Dataset entries
──────────
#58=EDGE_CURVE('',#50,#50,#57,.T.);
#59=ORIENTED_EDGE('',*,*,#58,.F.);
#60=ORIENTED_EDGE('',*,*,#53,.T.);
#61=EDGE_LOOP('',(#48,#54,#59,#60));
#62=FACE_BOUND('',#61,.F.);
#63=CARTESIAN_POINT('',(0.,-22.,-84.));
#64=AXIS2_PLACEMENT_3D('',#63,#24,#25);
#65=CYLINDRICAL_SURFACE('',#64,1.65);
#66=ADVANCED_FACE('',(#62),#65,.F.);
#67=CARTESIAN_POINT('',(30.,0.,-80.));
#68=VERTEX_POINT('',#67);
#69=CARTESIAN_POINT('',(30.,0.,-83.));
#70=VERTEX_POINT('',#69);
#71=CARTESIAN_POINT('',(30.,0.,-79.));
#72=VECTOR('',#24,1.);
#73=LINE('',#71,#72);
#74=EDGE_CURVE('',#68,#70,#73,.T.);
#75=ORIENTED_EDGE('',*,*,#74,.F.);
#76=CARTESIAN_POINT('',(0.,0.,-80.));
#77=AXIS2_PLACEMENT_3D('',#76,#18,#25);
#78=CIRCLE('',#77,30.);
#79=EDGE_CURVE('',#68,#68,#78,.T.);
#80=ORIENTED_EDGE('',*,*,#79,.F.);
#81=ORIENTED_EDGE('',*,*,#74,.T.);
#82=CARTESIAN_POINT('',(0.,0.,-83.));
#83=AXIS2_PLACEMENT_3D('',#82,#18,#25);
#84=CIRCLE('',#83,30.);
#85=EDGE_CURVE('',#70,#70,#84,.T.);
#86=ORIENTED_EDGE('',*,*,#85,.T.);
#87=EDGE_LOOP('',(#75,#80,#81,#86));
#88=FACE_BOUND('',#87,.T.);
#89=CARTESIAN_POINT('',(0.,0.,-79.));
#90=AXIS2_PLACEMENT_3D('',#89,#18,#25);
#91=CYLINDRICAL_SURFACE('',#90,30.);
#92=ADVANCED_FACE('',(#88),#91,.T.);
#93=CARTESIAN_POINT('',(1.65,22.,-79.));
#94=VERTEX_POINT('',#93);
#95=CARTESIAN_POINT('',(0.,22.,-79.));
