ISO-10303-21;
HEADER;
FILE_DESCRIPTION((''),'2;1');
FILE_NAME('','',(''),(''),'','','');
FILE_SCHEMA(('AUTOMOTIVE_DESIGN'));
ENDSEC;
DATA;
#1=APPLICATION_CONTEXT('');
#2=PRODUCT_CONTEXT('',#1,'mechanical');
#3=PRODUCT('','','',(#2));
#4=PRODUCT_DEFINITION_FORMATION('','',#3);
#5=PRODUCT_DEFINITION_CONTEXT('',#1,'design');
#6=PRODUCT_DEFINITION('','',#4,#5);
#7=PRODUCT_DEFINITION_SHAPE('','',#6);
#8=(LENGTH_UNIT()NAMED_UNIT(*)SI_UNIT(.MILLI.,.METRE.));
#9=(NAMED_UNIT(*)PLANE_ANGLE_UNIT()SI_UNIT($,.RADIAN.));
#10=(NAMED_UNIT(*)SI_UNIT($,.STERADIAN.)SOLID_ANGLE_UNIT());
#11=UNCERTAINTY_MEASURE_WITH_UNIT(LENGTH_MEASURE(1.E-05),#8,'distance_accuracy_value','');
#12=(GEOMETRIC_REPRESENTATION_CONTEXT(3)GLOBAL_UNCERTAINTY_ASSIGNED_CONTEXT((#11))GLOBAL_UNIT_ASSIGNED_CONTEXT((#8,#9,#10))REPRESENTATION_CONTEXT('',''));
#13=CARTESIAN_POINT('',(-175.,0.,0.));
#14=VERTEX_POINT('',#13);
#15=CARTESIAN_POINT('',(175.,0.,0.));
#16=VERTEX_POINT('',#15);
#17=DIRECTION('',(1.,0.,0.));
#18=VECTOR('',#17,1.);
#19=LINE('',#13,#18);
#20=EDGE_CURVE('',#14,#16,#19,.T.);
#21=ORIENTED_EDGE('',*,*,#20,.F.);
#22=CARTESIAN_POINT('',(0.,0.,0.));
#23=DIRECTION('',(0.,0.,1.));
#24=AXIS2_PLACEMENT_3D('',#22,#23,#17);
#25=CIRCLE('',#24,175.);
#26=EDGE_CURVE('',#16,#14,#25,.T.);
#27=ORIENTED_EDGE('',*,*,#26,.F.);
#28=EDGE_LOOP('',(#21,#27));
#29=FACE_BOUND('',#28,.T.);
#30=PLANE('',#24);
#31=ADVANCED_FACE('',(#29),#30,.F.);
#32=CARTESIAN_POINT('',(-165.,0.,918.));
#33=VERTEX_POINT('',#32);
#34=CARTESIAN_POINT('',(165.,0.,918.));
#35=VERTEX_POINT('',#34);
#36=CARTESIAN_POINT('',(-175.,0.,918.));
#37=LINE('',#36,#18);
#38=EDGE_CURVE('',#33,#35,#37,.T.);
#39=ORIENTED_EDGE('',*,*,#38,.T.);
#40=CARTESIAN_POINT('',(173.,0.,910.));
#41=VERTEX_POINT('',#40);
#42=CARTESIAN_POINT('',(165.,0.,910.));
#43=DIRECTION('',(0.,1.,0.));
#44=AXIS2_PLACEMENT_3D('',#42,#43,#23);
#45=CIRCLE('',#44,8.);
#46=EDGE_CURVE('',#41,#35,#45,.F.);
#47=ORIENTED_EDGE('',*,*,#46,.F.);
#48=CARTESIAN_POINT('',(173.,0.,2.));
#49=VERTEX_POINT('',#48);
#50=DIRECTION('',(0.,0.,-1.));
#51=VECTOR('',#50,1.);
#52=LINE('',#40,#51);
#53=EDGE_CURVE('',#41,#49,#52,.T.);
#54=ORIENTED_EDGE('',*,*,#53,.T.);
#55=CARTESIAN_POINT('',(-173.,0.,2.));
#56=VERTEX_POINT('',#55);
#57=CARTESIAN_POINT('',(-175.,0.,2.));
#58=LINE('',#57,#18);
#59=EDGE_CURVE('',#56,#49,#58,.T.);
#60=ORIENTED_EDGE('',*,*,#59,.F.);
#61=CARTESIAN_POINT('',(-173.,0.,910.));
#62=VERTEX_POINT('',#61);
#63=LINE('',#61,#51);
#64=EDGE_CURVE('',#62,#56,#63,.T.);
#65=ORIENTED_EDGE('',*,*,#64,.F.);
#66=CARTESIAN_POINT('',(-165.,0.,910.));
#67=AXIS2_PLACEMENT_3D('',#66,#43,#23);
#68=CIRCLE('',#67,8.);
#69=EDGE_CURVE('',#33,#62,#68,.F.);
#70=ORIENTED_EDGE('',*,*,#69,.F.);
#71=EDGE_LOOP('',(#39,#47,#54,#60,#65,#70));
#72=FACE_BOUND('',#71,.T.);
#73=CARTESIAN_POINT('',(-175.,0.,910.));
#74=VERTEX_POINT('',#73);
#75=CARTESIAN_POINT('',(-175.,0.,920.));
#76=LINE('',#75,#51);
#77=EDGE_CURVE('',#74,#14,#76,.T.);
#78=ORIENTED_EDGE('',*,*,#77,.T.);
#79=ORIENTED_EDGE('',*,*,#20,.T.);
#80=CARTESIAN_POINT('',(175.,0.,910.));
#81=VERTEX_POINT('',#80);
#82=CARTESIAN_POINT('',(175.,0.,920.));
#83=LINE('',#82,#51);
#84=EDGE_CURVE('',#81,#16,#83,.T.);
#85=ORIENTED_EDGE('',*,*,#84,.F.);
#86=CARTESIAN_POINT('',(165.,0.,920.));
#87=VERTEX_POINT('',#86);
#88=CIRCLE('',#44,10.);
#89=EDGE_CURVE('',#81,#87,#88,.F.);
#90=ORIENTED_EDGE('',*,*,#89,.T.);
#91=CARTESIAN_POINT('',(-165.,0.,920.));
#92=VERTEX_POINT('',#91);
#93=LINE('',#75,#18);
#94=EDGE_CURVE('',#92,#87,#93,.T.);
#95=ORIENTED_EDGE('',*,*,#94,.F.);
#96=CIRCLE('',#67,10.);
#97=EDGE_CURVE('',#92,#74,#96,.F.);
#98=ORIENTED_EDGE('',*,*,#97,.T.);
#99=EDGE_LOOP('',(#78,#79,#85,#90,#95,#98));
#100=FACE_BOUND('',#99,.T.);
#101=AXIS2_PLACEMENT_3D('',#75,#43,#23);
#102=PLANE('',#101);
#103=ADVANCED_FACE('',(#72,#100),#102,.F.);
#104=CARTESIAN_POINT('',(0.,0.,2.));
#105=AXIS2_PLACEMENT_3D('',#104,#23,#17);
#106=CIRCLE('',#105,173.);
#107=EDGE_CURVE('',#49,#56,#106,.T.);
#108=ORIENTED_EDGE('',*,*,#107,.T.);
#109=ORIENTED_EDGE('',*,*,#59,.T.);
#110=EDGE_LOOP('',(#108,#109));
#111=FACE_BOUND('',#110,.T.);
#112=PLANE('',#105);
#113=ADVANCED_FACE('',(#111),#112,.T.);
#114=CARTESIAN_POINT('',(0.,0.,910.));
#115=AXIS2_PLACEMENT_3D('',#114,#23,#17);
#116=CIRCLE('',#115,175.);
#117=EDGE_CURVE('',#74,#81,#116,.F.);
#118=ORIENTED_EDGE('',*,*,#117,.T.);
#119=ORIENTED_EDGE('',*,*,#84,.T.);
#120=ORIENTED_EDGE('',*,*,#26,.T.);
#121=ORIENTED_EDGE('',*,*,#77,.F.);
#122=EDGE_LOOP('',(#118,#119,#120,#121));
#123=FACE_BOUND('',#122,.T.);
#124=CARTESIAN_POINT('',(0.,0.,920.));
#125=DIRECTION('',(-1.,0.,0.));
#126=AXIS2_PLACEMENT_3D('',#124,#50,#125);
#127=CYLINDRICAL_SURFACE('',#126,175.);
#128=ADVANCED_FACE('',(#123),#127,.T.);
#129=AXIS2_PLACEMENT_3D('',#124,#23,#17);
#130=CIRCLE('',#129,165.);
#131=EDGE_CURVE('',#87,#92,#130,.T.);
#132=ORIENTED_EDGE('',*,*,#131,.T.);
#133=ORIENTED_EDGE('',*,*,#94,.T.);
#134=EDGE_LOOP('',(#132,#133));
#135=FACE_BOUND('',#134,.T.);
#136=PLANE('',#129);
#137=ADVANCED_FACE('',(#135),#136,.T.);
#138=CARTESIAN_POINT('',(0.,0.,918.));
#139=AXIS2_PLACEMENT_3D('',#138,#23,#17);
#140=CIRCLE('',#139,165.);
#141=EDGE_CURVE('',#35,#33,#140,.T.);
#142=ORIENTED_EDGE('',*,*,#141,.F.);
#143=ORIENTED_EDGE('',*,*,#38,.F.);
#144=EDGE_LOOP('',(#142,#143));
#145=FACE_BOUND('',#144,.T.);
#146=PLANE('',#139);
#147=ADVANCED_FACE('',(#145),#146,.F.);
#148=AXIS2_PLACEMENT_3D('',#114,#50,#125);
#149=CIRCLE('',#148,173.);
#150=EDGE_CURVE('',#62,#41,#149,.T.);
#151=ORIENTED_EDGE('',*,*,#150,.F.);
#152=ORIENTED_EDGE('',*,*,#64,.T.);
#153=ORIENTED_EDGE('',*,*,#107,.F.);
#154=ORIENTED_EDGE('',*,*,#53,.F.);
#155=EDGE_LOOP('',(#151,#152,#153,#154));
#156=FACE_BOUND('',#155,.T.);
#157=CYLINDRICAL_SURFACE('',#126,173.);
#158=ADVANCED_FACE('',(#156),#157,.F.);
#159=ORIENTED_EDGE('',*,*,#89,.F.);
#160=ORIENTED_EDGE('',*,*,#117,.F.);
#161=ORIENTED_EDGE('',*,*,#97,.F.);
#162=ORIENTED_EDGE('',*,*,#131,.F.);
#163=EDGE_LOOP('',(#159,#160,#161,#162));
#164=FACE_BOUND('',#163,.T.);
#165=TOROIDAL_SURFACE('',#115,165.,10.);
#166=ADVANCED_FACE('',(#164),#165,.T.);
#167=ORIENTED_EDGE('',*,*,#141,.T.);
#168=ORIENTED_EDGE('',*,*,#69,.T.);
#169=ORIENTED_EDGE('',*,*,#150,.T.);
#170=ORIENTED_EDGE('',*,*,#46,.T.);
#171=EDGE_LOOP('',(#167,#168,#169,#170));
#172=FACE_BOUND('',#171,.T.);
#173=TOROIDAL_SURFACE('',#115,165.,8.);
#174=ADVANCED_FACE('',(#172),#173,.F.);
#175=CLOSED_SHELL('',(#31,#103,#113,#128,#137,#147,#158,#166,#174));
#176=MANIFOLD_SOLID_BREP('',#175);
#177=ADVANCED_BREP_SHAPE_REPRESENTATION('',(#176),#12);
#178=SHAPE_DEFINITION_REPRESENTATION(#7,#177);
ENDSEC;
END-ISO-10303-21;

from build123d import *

# Parameters (mm, degrees)
EXTRUDE_1_DEPTH = 920
FILLET_1_R      = 10
SHELL_1_T       = -2


with BuildPart() as part:
    # 草图1 → 凸台-拉伸1 (new body)
    with BuildSketch(Plane.XY):
        with BuildLine():
            Line((-175, 0), (175, 0))
            ThreePointArc((175, 0), (0, 175), (-175, 0))
        make_face()
    extrude(amount=EXTRUDE_1_DEPTH)

    # 圆角1
    fillet_1_edges = [part.edges().sort_by_distance(p)[0] for p in [
        (0, 175, 920),
    ]]
    fillet(fillet_1_edges, radius=FILLET_1_R)

    # 抽壳1
    shell_1_openings = [part.faces().sort_by_distance(p)[0] for p in [
        (0, 0, 459.938974789),
    ]]
    offset(amount=SHELL_1_T, openings=shell_1_openings)


solid = part.part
──────────
*To do*. Print, from the entries above, the line with "#78=CIRCLE('',#77,30.);", the line with "#6=PRODUCT_DEFINITION('','',#4,#5);" and all lines between them, exactly and with nothing else.

*Output for this exercise*.
#78=CIRCLE('',#77,30.);
#79=EDGE_CURVE('',#68,#68,#78,.T.);
#80=ORIENTED_EDGE('',*,*,#79,.F.);
#81=ORIENTED_EDGE('',*,*,#74,.T.);
#82=CARTESIAN_POINT('',(0.,0.,-83.));
#83=AXIS2_PLACEMENT_3D('',#82,#18,#25);
#84=CIRCLE('',#83,30.);
#85=EDGE_CURVE('',#70,#70,#84,.T.);
#86=ORIENTED_EDGE('',*,*,#85,.T.);
#87=EDGE_LOOP('',(#75,#80,#81,#86));
#88=FACE_BOUND('',#87,.T.);
#89=CARTESIAN_POINT('',(0.,0.,-79.));
#90=AXIS2_PLACEMENT_3D('',#89,#18,#25);
#91=CYLINDRICAL_SURFACE('',#90,30.);
#92=ADVANCED_FACE('',(#88),#91,.T.);
#93=CARTESIAN_POINT('',(1.65,22.,-79.));
#94=VERTEX_POINT('',#93);
#95=CARTESIAN_POINT('',(0.,22.,-79.));
ISO-10303-21;
HEADER;
FILE_DESCRIPTION((''),'2;1');
FILE_NAME('','',(''),(''),'','','');
FILE_SCHEMA(('AUTOMOTIVE_DESIGN'));
ENDSEC;
DATA;
#1=APPLICATION_CONTEXT('');
#2=PRODUCT_CONTEXT('',#1,'mechanical');
#3=PRODUCT('','','',(#2));
#4=PRODUCT_DEFINITION_FORMATION('','',#3);
#5=PRODUCT_DEFINITION_CONTEXT('',#1,'design');
#6=PRODUCT_DEFINITION('','',#4,#5);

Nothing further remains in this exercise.